With this renewed mind, I am filled with peace. No longer does my child’s behavior or my behavior feel out of control. And since out of control equates to hopeless, no longer does our situation feel hopeless.

No longer do I view our parent/child interactions as being apart from God.

I see His hand in our interactions.

I see Him allowing trials for our benefit.

The heightened emotions, the lacking skills, the quick outbursts, the rapidly shifting moods, the intensity, the exact temperament of my children…all part of God’s purpose and design to refine me.

Whether your children are adopted, as mine are, or they entered your family naturally, the Lord placed them there. His plan was for you to be their parent and them to be your child. You may experience a great mismatch in temperament, personality, style, and habits, but unity comes when we stop grieving the Spirit.

Oh, Lord, forgive me for my bitterness, anger, clamor, evil-speaking. Forgive me for grieving your Spirit. Thank you for your kindness, tender heart, and forgiveness. Lord, continue to soften our hearts to the refinement that comes from the trials you allow. Please bring refinement so we can better love one another, the way you love us. Amen.

color class pic

 

Less Fighty

My girls and I have been on a journey. It’s been a journey to reconnect. To regain the closeness and relationship we had when they were little. To establish  a regular time each day to spend individual time together. Talk Time.

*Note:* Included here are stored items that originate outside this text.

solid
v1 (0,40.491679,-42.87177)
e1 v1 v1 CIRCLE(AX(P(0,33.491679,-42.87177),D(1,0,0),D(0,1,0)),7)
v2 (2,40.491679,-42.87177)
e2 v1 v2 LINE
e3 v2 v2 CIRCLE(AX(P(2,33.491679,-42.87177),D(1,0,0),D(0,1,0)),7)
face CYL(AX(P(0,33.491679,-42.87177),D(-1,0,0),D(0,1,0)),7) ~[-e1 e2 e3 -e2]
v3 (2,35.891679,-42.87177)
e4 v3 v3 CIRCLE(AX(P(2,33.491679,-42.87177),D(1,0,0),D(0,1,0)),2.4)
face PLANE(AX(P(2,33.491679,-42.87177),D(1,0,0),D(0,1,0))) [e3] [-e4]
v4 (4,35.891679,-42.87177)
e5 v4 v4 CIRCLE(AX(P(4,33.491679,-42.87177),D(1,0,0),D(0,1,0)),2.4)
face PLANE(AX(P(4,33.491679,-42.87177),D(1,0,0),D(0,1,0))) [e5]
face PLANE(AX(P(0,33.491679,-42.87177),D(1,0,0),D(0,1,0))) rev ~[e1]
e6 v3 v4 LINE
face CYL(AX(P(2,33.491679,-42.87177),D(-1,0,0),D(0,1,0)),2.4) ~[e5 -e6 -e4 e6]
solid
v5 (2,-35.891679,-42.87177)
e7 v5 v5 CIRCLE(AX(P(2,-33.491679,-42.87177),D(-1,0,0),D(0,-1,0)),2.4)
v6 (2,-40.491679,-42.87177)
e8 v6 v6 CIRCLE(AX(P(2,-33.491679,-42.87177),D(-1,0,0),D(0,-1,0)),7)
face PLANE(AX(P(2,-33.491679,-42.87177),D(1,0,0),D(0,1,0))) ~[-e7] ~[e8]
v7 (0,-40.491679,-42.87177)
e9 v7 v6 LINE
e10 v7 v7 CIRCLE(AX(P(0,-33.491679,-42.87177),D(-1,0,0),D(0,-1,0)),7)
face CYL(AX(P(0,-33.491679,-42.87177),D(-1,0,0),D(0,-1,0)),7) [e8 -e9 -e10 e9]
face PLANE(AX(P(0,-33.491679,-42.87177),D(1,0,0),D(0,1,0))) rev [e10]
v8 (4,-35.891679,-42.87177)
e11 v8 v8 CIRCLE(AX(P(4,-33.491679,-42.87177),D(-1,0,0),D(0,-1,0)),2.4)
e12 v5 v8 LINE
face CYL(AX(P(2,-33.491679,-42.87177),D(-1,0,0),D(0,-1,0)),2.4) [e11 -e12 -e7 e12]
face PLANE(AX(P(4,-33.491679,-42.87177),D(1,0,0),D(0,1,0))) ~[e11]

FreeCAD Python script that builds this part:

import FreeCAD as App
import Part
import Sketcher

doc = App.newDocument("Part")
body = doc.addObject("PartDesign::Body", "Body")

sketch1 = doc.addObject("Sketcher::SketchObject", "Sketch")
body.addObject(sketch1)
sketch1.AttachmentSupport = (doc.YZ_Plane, [""])
sketch1.MapMode = "FlatFace"
sketch1.addGeometry(Part.Circle(App.Vector(33, -43, 0), App.Vector(0, 0, 1), 7), False)
sketch1.addConstraint([
    Sketcher.Constraint("Diameter", 0, 14.0),
    Sketcher.Constraint("DistanceX", -1, 1, 0, 3, 33.491679),
    Sketcher.Constraint("DistanceY", 0, 3, -1, 1, 42.87177),
])
pad1 = doc.addObject("PartDesign::Pad", "Pad")
body.addObject(pad1)
pad1.Profile = sketch1
pad1.Length = 2

sketch2 = doc.addObject("Sketcher::SketchObject", "Sketch001")
body.addObject(sketch2)
sketch2.AttachmentSupport = (doc.YZ_Plane, [""])
sketch2.MapMode = "FlatFace"
sketch2.AttachmentOffset = App.Placement(App.Vector(0, 0, 2), App.Rotation())
sketch2.addGeometry(Part.Circle(App.Vector(33.5, -42.9, 0), App.Vector(0, 0, 1), 2.4), False)
sketch2.addConstraint([
    Sketcher.Constraint("Diameter", 0, 4.8),
    Sketcher.Constraint("DistanceX", -1, 1, 0, 3, 33.491679),
    Sketcher.Constraint("DistanceY", 0, 3, -1, 1, 42.87177),
])
pad2 = doc.addObject("PartDesign::Pad", "Pad001")
body.addObject(pad2)
pad2.Profile = sketch2
pad2.Length = 2
body2 = doc.addObject("PartDesign::Body", "Body001")
doc.recompute()

mirroring = doc.addObject("Part::Mirroring", "Mirroring")
mirroring.Source = body
mirroring.Base = App.Vector(0, 0, 0)
mirroring.Normal = App.Vector(0, -1, 0)
body2.BaseFeature = mirroring
doc.recompute()
mirroring.Visibility = False

doc.recompute()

To say that we love it is an understatement.

I try to begin each Talk Time by asking, “What was your favorite part of the day?”

I cannot count the number of times the answer in reply has been, “Right now.”

Me too, Dear One, me too.

I love the slow pace of Talk Time. The lights are low. Just a corner lamp on. Soft music playing in our oldest daughter’s room. Nothing to do. No list. No stuff. Nothing in our hands. Nothing but time to talk.

beach

If you have met my children, you know they love to talk. If you have met me, you know, I do not love to talk. God has such a sense of humor, doesn’t He?

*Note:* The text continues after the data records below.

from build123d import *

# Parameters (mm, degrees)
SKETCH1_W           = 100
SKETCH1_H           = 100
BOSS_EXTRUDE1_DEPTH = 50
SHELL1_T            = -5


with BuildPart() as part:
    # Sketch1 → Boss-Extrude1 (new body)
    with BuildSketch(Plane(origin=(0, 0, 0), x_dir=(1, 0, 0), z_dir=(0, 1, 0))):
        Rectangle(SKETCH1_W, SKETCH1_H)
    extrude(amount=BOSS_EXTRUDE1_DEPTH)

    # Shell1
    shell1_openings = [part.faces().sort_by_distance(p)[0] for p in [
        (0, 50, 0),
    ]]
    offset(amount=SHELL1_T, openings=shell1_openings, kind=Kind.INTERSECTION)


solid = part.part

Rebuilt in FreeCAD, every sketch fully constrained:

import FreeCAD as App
import Part
import Sketcher
from FreeCAD import Vector


def faces_at(feature, points):
    """Names of the faces that lie closest to the given points."""
    faces = feature.Shape.Faces
    near = lambda p: min(range(len(faces)), key=lambda i: faces[i].distToShape(Part.Vertex(*p))[0])
    return sorted({f"Face{near(p) + 1}" for p in points})


def add_polygon(sketch, points):
    """Adds a closed chain of lines whose ends are joined by coincident constraints."""
    first, n = sketch.GeometryCount, len(points)
    for a, b in zip(points, points[1:] + points[:1]):
        sketch.addGeometry(Part.LineSegment(App.Vector(*a, 0), App.Vector(*b, 0)), False)
    for i in range(n):
        sketch.addConstraint(Sketcher.Constraint("Coincident", first + i, 2, first + (i + 1) % n, 1))

doc = App.newDocument("Part")
body = doc.addObject("PartDesign::Body", "Body")

# Sketch on XZ plane
sketch1 = body.newObject("Sketcher::SketchObject", "Sketch")
sketch1.AttachmentSupport = (doc.getObject("XZ_Plane"), [""])
sketch1.MapMode = "FlatFace"
add_polygon(sketch1, [(-50, -50), (-50, 50), (50, 50), (50, -50)])  # lines 0-3
sketch1.addConstraint(Sketcher.Constraint("Vertical", 0))
sketch1.addConstraint(Sketcher.Constraint("Horizontal", 1))
sketch1.addConstraint(Sketcher.Constraint("Vertical", 2))
sketch1.addConstraint(Sketcher.Constraint("Horizontal", 3))
sketch1.addConstraint(Sketcher.Constraint("Symmetric", 0, 2, 2, 2, -1, 1))
sketch1.addConstraint(Sketcher.Constraint("Equal", 3, 0))
sketch1.addConstraint(Sketcher.Constraint("DistanceX", 1, 1, 1, 2, 100.0))
pad1 = body.newObject("PartDesign::Pad", "Pad")
pad1.Profile = sketch1
pad1.Length = 50
pad1.Reversed = True
doc.recompute()

thickness = body.newObject("PartDesign::Thickness", "Thickness")
thickness.Base = (pad1, faces_at(pad1, [(0, 50, 0)]))
thickness.Value = 5
thickness.Reversed = True
thickness.Join = "Intersection"

doc.recompute()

So, in order to meet all of our needs and allow for a reasonable bed time, I set a timer for 10 minutes. It may sound cruel and controlled. Maybe it is. I don’t know. But, it works for us. The first few times we heard the timer beep, I heard each girl groan…”Not yet, the time isn’t over yet, is it?” A twinge of guilt lingered for a moment, until I realized that we were truly on to something. Obviously we needed this time together. The sadness we felt when our Talk Time was over was just the motivation I needed to continue this new routine.

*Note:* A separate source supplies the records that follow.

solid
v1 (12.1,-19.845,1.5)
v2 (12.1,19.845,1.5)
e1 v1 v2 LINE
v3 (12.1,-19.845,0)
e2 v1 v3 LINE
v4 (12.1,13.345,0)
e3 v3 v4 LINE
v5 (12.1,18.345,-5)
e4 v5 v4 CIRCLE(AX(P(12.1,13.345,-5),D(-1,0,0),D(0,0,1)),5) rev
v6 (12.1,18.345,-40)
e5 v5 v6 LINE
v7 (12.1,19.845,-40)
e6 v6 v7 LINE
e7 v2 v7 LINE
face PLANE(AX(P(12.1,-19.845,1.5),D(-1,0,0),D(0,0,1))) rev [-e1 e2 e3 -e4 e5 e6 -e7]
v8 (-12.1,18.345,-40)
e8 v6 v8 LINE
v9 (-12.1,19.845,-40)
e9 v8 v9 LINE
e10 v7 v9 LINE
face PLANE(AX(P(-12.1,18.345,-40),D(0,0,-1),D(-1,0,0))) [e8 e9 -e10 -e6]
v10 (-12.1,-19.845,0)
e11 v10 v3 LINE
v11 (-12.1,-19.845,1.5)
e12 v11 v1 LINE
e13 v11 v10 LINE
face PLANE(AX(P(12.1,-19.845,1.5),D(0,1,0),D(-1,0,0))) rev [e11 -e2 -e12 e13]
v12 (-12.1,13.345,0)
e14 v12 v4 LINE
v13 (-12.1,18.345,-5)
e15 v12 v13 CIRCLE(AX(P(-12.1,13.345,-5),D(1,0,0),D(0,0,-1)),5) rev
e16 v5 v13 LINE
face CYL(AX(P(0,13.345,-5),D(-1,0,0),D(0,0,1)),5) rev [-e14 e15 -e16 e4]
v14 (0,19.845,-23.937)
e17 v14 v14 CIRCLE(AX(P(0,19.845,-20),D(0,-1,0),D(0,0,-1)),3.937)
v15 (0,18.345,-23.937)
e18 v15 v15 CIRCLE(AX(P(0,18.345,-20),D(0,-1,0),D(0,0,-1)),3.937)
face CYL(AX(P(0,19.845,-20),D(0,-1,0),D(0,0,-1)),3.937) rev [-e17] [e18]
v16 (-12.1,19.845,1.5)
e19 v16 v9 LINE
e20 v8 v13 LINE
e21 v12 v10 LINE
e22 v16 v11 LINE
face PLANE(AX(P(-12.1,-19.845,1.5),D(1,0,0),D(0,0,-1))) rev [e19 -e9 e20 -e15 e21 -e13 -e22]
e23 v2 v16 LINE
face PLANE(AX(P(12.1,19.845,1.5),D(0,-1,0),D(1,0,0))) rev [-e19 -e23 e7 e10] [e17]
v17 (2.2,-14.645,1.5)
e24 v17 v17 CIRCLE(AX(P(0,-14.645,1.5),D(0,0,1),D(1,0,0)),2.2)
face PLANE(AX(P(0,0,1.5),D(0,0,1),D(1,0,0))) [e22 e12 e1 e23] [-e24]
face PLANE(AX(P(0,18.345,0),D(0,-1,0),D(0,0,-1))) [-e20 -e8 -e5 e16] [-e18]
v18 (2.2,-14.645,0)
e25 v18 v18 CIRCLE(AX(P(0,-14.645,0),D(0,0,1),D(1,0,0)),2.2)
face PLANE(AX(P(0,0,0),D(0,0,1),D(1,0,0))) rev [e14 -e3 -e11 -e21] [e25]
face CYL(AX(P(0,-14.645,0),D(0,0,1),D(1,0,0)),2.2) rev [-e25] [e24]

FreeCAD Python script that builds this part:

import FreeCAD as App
import Part
import Sketcher
from FreeCAD import Vector


def edges_at(feature, points):
    """Names of the edges that pass closest to the given points."""
    edges = feature.Shape.Edges
    near = lambda p: min(range(len(edges)), key=lambda i: edges[i].distToShape(Part.Vertex(*p))[0])
    return sorted({f"Edge{near(p) + 1}" for p in points})


def add_polygon(sketch, points):
    """Adds a closed chain of lines whose ends are joined by coincident constraints."""
    first, n = sketch.GeometryCount, len(points)
    for a, b in zip(points, points[1:] + points[:1]):
        sketch.addGeometry(Part.LineSegment(App.Vector(*a, 0), App.Vector(*b, 0)), False)
    for i in range(n):
        sketch.addConstraint(Sketcher.Constraint("Coincident", first + i, 2, first + (i + 1) % n, 1))

doc = App.newDocument("Part")
body = doc.addObject("PartDesign::Body", "Body")

# Sketch on XY plane
sketch1 = body.newObject("Sketcher::SketchObject", "Sketch")
sketch1.AttachmentSupport = (doc.getObject("XY_Plane"), [""])
sketch1.MapMode = "FlatFace"
add_polygon(sketch1, [(-12.1, 19.845), (-12.1, -19.845), (12.1, -19.845), (12.1, 19.845)])  # lines 0-3
sketch1.addConstraint(Sketcher.Constraint("Vertical", 0))
sketch1.addConstraint(Sketcher.Constraint("Horizontal", 1))
sketch1.addConstraint(Sketcher.Constraint("Vertical", 2))
sketch1.addConstraint(Sketcher.Constraint("Horizontal", 3))
sketch1.addConstraint(Sketcher.Constraint("Symmetric", 0, 2, 2, 2, -1, 1))
sketch1.addConstraint(Sketcher.Constraint("DistanceX", 1, 1, 1, 2, 24.2))
sketch1.addConstraint(Sketcher.Constraint("DistanceY", 0, 2, 0, 1, 39.69))
pad1 = body.newObject("PartDesign::Pad", "Pad")
pad1.Profile = sketch1
pad1.Length = 1.5

# Sketch on XY plane
sketch2 = body.newObject("Sketcher::SketchObject", "Sketch001")
sketch2.AttachmentSupport = (doc.getObject("XY_Plane"), [""])
sketch2.MapMode = "FlatFace"
sketch2.AttachmentOffset = App.Placement(Vector(0, 0, 1.5), App.Rotation())
sketch2.addGeometry(Part.Circle(Vector(0, -14.645, 0), Vector(0, 0, 1), 2.2), False)
sketch2.addConstraint(Sketcher.Constraint("PointOnObject", 0, 3, -2))
sketch2.addConstraint(Sketcher.Constraint("Diameter", 0, 4.4))
sketch2.addConstraint(Sketcher.Constraint("DistanceY", 0, 3, -1, 1, 14.645))
pocket1 = body.newObject("PartDesign::Pocket", "Pocket")
pocket1.Profile = sketch2
pocket1.Type = "ThroughAll"

# Sketch on XZ plane
sketch3 = body.newObject("Sketcher::SketchObject", "Sketch002")
sketch3.AttachmentSupport = (doc.getObject("XZ_Plane"), [""])
sketch3.MapMode = "FlatFace"
sketch3.AttachmentOffset = App.Placement(Vector(0, 0, -19.845), App.Rotation())
add_polygon(sketch3, [(-12.1, -40), (-12.1, 0), (12.1, 0), (12.1, -40)])  # lines 0-3
sketch3.addConstraint(Sketcher.Constraint("Vertical", 0))
sketch3.addConstraint(Sketcher.Constraint("Horizontal", 1))
sketch3.addConstraint(Sketcher.Constraint("Vertical", 2))
sketch3.addConstraint(Sketcher.Constraint("Horizontal", 3))
sketch3.addConstraint(Sketcher.Constraint("Symmetric", 0, 2, 1, 2, -1, 1))
sketch3.addConstraint(Sketcher.Constraint("DistanceY", 0, 1, 0, 2, 40.0))
sketch3.addConstraint(Sketcher.Constraint("DistanceX", 1, 1, 1, 2, 24.2))
pad2 = body.newObject("PartDesign::Pad", "Pad001")
pad2.Profile = sketch3
pad2.Length = 1.5

# Sketch on XZ plane
sketch4 = body.newObject("Sketcher::SketchObject", "Sketch003")
sketch4.AttachmentSupport = (doc.getObject("XZ_Plane"), [""])
sketch4.MapMode = "FlatFace"
sketch4.AttachmentOffset = App.Placement(Vector(0, 0, -18.345), App.Rotation())
sketch4.addGeometry(Part.Circle(Vector(0, -20, 0), Vector(0, 0, 1), 3.937), False)
sketch4.addConstraint(Sketcher.Constraint("PointOnObject", 0, 3, -2))
sketch4.addConstraint(Sketcher.Constraint("Diameter", 0, 7.874))
sketch4.addConstraint(Sketcher.Constraint("DistanceY", 0, 3, -1, 1, 20.0))
pocket2 = body.newObject("PartDesign::Pocket", "Pocket001")
pocket2.Profile = sketch4
pocket2.Type = "ThroughAll"
doc.recompute()

fillet = body.newObject("PartDesign::Fillet", "Fillet")
fillet.Base = (pocket2, edges_at(pocket2, [(0, 18.345, 0)]))
fillet.Radius = 5

doc.recompute()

But, just to make sure we were on the same page, I decided to check in with each girl.

“How are you liking Talk Time?”

Leaning in close, reaching out her arm to place around me, “I love it,” Abby simply replies.

“It’s great,” states Mikayla. She continues, “It’s weird. It makes me feel less fighty the next day,” giggling as she finishes her observation.

Less fighty. Yes, less fighty. Me, too. When I am sitting close, enjoying the ones I love. Just looking at them in the eye. Listening to their thoughts. I feel less fighty. And, yes, even the next day, the less fighty feeling continues.

When I walk in obedience with the Lord, I am less “fighty”.

peaceful-night

John 14:27: Peace I leave with you; my peace I give you. I do not give to you as the world gives. Do not let your hearts be troubled and do not be afraid.